It occurs to me that conservative Christian activists might be surprised to find unlikely allies in the fight against neo-Darwinian evolution in anarcho-syndicalists, anti-Communists who reject the idea that classes, like animals, are involved in a struggle to the death over resources and that survival in this struggle defines who is fittest to succeed.
Such "social Darwinism" is of course not the essential political point of the debate. Rather, that point should be over whether school children who don't understand how changes occur in allele frequencies over generations--where they come from, what they do--will ever be successful when the students (hopefully) graduate, go to college, and receive further training in the natural sciences. (There's a corollary argument about striving for accuracy--even truth--in our representations of those allele-frequency changes, but I'll stop today at the pragmatic argument about the success of public-school students.)
Nevertheless, I think it's useful to think about this topic in terms of cosmological questions. What kind of world do we live in? How does it affect us? What sorts of utopias are we looking for?
In this sense, the Christians are betrayed by their own sacred text. Genesis clearly states that when Adam and Eve fell from grace, all of creation did as well. We can assume that God had to give them animal skins to cover themselves because, before that time, no animals had died. Thus nature "red in tooth and claw" is a consequence of sin, not an entirely "natural" one in the sense of being unintended by the Creator, but nonetheless conforming to the post-Fall rules of the game.
The Hobbes quotation is apt, because it looks like many Christian activists are supporting a Rousseauean alternative of a nature that does not change but remains static and basically good. This Deist, Romantic notion is totally at odds with the Bible. It says that God is a divine watchmaker (or "intelligent designer") who set up this system with all its parts to work normally. There is no need for competition, because success in obtaining food does not reward the fittest with comparative advantage in subsequent generations.
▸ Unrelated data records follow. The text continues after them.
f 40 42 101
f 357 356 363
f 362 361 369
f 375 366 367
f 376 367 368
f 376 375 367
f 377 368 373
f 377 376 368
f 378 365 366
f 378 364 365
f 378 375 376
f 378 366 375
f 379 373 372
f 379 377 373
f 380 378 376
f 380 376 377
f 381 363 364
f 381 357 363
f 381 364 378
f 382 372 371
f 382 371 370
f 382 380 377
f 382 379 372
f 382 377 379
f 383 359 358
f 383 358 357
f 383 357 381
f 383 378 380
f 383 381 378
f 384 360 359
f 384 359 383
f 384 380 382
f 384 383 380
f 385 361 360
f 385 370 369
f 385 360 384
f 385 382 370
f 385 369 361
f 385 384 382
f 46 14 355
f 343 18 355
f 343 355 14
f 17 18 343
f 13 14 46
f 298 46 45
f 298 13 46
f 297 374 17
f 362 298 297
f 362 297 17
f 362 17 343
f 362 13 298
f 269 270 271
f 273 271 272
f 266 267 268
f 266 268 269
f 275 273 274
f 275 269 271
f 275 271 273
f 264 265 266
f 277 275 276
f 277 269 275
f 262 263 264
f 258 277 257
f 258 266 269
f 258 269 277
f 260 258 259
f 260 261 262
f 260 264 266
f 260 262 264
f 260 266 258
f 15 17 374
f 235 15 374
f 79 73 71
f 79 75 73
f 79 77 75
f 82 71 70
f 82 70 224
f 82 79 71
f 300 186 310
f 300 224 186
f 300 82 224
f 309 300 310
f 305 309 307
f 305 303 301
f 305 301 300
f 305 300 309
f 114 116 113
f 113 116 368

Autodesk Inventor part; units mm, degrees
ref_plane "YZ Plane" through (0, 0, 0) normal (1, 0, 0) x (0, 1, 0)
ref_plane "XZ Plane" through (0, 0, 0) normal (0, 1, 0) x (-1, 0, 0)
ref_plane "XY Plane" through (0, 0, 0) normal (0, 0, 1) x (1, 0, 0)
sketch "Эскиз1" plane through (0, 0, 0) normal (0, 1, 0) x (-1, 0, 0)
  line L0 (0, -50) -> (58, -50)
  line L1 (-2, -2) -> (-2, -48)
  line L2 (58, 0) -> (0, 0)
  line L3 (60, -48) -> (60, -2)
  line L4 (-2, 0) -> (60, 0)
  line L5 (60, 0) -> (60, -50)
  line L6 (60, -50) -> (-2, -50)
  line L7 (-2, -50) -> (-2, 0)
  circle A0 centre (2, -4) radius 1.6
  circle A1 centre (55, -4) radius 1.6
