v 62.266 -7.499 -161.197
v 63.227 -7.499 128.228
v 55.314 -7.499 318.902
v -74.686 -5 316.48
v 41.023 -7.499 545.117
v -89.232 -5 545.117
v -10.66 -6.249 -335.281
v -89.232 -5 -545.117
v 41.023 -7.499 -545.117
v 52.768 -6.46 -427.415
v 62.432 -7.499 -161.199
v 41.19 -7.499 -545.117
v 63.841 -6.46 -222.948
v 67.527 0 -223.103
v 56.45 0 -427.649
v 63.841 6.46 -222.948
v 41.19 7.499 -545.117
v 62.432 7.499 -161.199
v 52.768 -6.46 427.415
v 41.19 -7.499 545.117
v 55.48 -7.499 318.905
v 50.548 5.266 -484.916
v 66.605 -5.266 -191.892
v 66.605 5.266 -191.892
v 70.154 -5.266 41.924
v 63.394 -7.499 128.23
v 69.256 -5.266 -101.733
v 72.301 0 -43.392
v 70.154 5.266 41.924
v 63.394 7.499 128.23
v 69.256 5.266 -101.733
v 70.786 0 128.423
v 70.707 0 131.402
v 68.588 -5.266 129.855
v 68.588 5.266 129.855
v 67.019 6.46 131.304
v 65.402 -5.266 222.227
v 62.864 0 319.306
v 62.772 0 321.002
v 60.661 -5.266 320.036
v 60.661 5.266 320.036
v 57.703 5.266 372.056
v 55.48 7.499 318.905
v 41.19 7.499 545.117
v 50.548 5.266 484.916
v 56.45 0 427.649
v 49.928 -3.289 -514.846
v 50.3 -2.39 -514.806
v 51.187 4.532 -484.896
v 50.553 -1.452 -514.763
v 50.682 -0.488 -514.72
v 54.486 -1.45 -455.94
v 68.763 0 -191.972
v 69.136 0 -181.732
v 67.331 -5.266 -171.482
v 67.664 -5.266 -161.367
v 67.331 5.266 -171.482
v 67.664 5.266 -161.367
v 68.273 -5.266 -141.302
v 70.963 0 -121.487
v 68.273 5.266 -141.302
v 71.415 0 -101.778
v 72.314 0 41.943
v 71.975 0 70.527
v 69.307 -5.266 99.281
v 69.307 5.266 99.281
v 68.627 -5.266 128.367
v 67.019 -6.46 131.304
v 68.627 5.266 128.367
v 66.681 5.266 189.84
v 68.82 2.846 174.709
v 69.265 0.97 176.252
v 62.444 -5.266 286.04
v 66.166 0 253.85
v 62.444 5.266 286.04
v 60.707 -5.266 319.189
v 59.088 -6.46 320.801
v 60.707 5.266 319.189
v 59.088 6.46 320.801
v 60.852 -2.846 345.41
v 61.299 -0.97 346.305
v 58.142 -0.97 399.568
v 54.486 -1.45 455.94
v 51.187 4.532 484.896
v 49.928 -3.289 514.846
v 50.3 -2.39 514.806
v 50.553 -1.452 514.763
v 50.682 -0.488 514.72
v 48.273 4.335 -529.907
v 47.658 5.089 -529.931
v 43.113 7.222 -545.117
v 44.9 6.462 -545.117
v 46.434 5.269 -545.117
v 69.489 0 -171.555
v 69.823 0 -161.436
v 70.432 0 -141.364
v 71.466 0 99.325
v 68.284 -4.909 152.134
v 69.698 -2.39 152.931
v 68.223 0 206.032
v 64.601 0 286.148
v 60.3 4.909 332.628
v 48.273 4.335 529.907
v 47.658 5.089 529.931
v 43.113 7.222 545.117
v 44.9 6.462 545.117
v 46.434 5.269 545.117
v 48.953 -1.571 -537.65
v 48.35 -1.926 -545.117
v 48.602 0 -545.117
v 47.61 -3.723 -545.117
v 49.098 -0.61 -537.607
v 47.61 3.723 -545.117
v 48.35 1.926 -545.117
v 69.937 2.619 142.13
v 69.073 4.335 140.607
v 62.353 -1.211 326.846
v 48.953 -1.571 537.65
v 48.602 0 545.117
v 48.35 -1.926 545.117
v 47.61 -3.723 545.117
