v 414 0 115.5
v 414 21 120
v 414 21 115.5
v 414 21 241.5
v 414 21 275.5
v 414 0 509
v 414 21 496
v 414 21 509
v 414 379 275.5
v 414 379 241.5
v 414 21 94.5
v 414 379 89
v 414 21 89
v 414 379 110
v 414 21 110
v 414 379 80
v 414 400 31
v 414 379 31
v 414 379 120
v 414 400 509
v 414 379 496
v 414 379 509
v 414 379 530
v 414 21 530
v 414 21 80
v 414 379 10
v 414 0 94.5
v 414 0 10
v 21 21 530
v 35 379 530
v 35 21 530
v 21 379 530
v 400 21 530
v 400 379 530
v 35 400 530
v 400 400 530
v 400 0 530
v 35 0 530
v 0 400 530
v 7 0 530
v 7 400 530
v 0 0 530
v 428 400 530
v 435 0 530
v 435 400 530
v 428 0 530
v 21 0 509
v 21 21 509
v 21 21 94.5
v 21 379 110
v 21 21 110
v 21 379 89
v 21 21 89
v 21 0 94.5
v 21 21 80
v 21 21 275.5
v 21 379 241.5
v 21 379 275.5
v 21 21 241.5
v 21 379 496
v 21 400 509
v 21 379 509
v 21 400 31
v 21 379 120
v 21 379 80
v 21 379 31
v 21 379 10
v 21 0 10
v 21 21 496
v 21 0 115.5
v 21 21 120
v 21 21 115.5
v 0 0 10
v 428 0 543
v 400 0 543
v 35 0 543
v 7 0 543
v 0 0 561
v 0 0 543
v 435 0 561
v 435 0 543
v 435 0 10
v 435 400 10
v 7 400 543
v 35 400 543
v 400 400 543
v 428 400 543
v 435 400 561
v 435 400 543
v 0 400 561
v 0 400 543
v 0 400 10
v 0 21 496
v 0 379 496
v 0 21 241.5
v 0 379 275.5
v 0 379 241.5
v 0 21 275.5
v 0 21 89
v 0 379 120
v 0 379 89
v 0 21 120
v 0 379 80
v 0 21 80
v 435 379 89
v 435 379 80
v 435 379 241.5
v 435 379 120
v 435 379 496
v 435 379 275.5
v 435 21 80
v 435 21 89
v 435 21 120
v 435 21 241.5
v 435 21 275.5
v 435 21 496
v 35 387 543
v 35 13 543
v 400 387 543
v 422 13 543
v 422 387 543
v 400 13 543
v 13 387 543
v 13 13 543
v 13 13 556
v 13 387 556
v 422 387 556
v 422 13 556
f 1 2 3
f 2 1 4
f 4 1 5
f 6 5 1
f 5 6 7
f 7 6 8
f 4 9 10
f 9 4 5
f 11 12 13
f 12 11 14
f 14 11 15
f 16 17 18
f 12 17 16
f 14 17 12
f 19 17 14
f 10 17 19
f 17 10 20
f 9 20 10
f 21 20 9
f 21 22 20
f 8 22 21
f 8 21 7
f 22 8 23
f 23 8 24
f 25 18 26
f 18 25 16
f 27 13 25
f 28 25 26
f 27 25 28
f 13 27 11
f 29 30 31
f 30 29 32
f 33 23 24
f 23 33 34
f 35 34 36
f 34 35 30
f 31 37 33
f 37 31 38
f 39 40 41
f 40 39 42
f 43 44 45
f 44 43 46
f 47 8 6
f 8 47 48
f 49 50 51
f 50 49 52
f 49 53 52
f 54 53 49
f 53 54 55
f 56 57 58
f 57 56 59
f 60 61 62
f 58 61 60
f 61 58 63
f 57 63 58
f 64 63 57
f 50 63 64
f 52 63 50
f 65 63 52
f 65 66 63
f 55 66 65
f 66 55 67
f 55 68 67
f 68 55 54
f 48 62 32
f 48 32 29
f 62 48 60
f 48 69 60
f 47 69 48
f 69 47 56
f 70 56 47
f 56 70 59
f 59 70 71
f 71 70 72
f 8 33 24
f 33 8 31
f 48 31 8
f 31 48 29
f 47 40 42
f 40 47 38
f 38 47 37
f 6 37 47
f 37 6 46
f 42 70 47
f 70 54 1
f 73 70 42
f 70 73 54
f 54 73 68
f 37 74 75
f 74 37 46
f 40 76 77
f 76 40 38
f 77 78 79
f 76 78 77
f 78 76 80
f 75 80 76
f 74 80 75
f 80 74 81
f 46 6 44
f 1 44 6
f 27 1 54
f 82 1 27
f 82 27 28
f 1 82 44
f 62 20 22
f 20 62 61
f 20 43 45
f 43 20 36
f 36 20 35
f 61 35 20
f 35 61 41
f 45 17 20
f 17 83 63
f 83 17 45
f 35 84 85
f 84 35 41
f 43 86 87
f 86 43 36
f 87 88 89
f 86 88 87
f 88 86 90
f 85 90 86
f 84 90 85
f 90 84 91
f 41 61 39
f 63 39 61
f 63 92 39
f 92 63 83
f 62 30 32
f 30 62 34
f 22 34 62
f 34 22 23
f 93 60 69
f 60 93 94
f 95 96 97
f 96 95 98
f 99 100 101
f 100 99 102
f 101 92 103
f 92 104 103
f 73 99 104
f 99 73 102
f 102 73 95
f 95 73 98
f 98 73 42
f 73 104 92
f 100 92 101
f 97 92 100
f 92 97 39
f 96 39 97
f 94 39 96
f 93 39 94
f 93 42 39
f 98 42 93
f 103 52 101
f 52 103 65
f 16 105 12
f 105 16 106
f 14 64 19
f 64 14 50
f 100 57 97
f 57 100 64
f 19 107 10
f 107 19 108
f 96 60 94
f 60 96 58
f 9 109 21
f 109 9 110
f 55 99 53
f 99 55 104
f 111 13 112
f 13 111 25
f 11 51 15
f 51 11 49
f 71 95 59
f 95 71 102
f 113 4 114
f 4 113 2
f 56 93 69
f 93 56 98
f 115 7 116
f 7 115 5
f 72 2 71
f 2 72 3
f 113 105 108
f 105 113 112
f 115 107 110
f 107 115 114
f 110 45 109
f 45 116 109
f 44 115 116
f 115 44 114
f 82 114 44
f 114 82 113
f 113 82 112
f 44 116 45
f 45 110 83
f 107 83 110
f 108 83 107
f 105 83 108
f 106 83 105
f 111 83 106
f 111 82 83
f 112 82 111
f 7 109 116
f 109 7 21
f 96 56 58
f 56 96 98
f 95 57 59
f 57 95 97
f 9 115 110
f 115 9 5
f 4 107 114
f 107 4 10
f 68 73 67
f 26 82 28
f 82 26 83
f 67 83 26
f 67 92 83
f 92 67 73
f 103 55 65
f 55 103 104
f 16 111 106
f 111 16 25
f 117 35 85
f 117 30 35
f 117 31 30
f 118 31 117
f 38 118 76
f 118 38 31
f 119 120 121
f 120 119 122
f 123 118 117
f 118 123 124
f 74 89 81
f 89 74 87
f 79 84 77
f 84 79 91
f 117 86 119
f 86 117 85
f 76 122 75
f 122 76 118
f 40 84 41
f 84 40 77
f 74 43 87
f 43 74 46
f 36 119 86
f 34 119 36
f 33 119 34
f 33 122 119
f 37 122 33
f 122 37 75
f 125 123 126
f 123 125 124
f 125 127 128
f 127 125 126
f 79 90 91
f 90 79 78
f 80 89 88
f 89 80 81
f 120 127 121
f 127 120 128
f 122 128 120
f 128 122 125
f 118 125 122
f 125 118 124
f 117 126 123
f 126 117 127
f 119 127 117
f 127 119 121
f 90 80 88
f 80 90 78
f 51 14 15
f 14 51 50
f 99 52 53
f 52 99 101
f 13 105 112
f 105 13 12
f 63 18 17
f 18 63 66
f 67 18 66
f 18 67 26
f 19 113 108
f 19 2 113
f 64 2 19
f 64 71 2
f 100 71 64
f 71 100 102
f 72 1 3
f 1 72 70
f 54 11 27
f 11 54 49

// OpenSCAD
//ecran 15" 4/3 = 229mm x 305mm
//plus cadre ~~ 260x335

//ecran 15" 16/9 = 187mm x 332mm
//plus cadre ~~ 210x360
//ok

l_e=379; // largeur ext écran mm
jeu= 7;//jeu de chaque coté mm

pp= 400; // profondeur caisse mm

t1=21; // largeur tasseau 1 (carre)
t1l=21;

t2=13;

p1l=28; //l planche1
p1h=13;//h planche1

p2h=21;//h planche1
p2l=34; //l planche1

t3=21;
t3l=70;

ll=l_e+2*jeu+2*t1; //largeur ext structure
echo("ll",ll);


ee=10; //epaisseur plateau milieu

ee_couv=5;

jj=400;
kk=120; // hteur dessous
hh=jj+kk; // hteur
hh2=hh+p1h+t1+ee+ee; //

echo("hh2",hh2);

ii=5; //e. placage

*color("grey") cube([ll,pp,ee]);


color("plum") {
    translate([0,0,hh-t1l+ee]){
        translate([t1,0,0])
        cube([ll-2*t1,t1,t1l]);
        translate([t1,pp-t1,0])
        cube([ll-2*t1,t1,t1l]);
    }}
color("magenta") {
    translate([0,0,hh-t1+ee]){
        translate([0,t1l,t1-p2l])
        cube([p2h,pp-2*t1l,p2l]);
        translate([ll-t1,t1l,t1-p2l])
        cube([p2h,pp-2*t1l,p2l]);
    }}

// pour les poignées si assez leger
color("magenta") {
    translate([0,0,(hh-t1+ee)/2]){
        translate([0,t1l,t1-p2l])
        cube([p2h,pp-2*t1l,p2l]);
        translate([ll-t1,t1l,t1-p2l])
        cube([p2h,pp-2*t1l,p2l]);
    }}

color("green") {
    translate([0,0,ee]){
        translate([0,0,0])
        cube([t1,t1l,hh]);
        translate([ll-t1,0,0])
        cube([t1,t1l,hh]);
        translate([0,pp-t1l,0])
        cube([t1,t1l,hh]);
        translate([ll-t1,pp-t1l,0])
        cube([t1,t1l,hh]);
    }}
color("magenta") {
    translate([0,0,ee]){
        translate([0,t1l,0])
        cube([t3,pp-2*t1l,t3l]);
        translate([ll-t1,t1l,0])
        cube([t3,pp-2*t1l,t3l]);
    }}
color("plum") {
    translate([0,0,ee]){
        translate([t1,pp-t1,0])
        cube([ll-2*t1,t1,t1l]);
    }}
// planches sur le cadre

color("orange"){
    translate([0,0,hh+ee]){
        translate([jeu,0,0])
        cube([p1l,pp,p1h]);
        translate([ll-p1l-jeu,0,0])
        cube([p1l,pp,p1h]);
    }}
// couvercle

color("yellow",0.6) {
    translate([0,0,hh+ee+p1h]){
        translate([0,0,0])
        cube([t2,pp,t2]);
        translate([ll-t2,0,0])
        cube([t2,pp,t2]);
        translate([t2,0,0])
        cube([ll-2*t2,t2,t2]);
        translate([t2,pp-t2,0])
        cube([ll-2*t2,t2,t2]);
        translate([0,0,t2])
        cube([ll,pp,ee_couv]);
    }}

//middle
color("plum") {
    translate([0,0,kk-t1l-ee]){
        translate([0,t1l,0])
        cube([t1,pp-2*t1l,t1l]);
        translate([ll-t1,t1l,0])
        cube([t1,pp-2*t1l,t1l]);
    }}
color("grey",0.7){
    translate([0,0,kk-p2l-ee]){
        union(){
    //    translate([t1,0,p2l])
    //    cube([ll-2*t1,pp,ee]);
            translate([0,t1,p2l])
            cube([ll,pp-2*t1,ee]);
    }}}
color("blue",0.8) {
    translate([0,0,kk-p2l-ee-ee]){
        translate([t1,0,p2l+ee/2-t1/2])
        cube([ll-2*t1,t1,t1]);
    }}

// placage
*color("tan",0.8){
    translate([-ii,0,0])
    cube([ii,pp,hh2]);
    translate([ll,0,0])
    cube([ii,pp,hh2]);
}
//arriere
*translate([-ii,pp,0])
color("pink") cube([ll+2*ii,ii,hh2]);

//tiroir
{
e_coulisse=10;
p_coulisse=350;
h_coulisse=10;
h_ss_plancher=10;
*color("red",0.8){
    translate([t1+e_coulisse,0,ee+h_coulisse])
    cube([ll-2*t1-2*e_coulisse,p_coulisse,kk-3*ee-h_coulisse-h_ss_plancher]);
    translate([-ii,-ii,0])
    cube([ll+2*ii,ii,kk-2*ee-h_ss_plancher]);
}
}

//devant
{
color("pink")
*union(){
    h_cache=60;
    translate([-ii,-ii,hh-h_cache])
    cube([ll+2*ii,ii,h_cache-hh+hh2]);
    //devant bas
    h_cache_b=20;
    translate([-ii,-ii,kk-2*ee-h_ss_plancher])
    cube([ll+2*ii,ii,h_cache_b-hh+hh2]);
    //
    cote=25;
    translate([-ii,-ii,kk-2*ee-h_ss_plancher+h_cache_b-hh+hh2])
    cube([cote+ii,ii,jj-h_cache+hh-hh2+ii]);
    translate([ll-cote,-ii,kk-2*ee-h_ss_plancher+h_cache_b-hh+hh2])
    cube([cote+ii,ii,jj-h_cache+hh-hh2+ii]);
    }
}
Similarly, in the anarcho-syndicalist argument, the natural urges of humans lead them not to compete in order for individuals to survive, but rather to cooperate in order that whole communities can coexist. I'm pretty confident that conservative Christian activists will not share such strong aversions to capitalist competition, even though Jesus himself probably would have. Nevertheless, it's clear to me that the "intelligent design" argument owe a much greater debt to secular humanism than to the Bible, and Christians who believe in the Bible's accuracy should be considering the "intelligent design" arguments much more critically.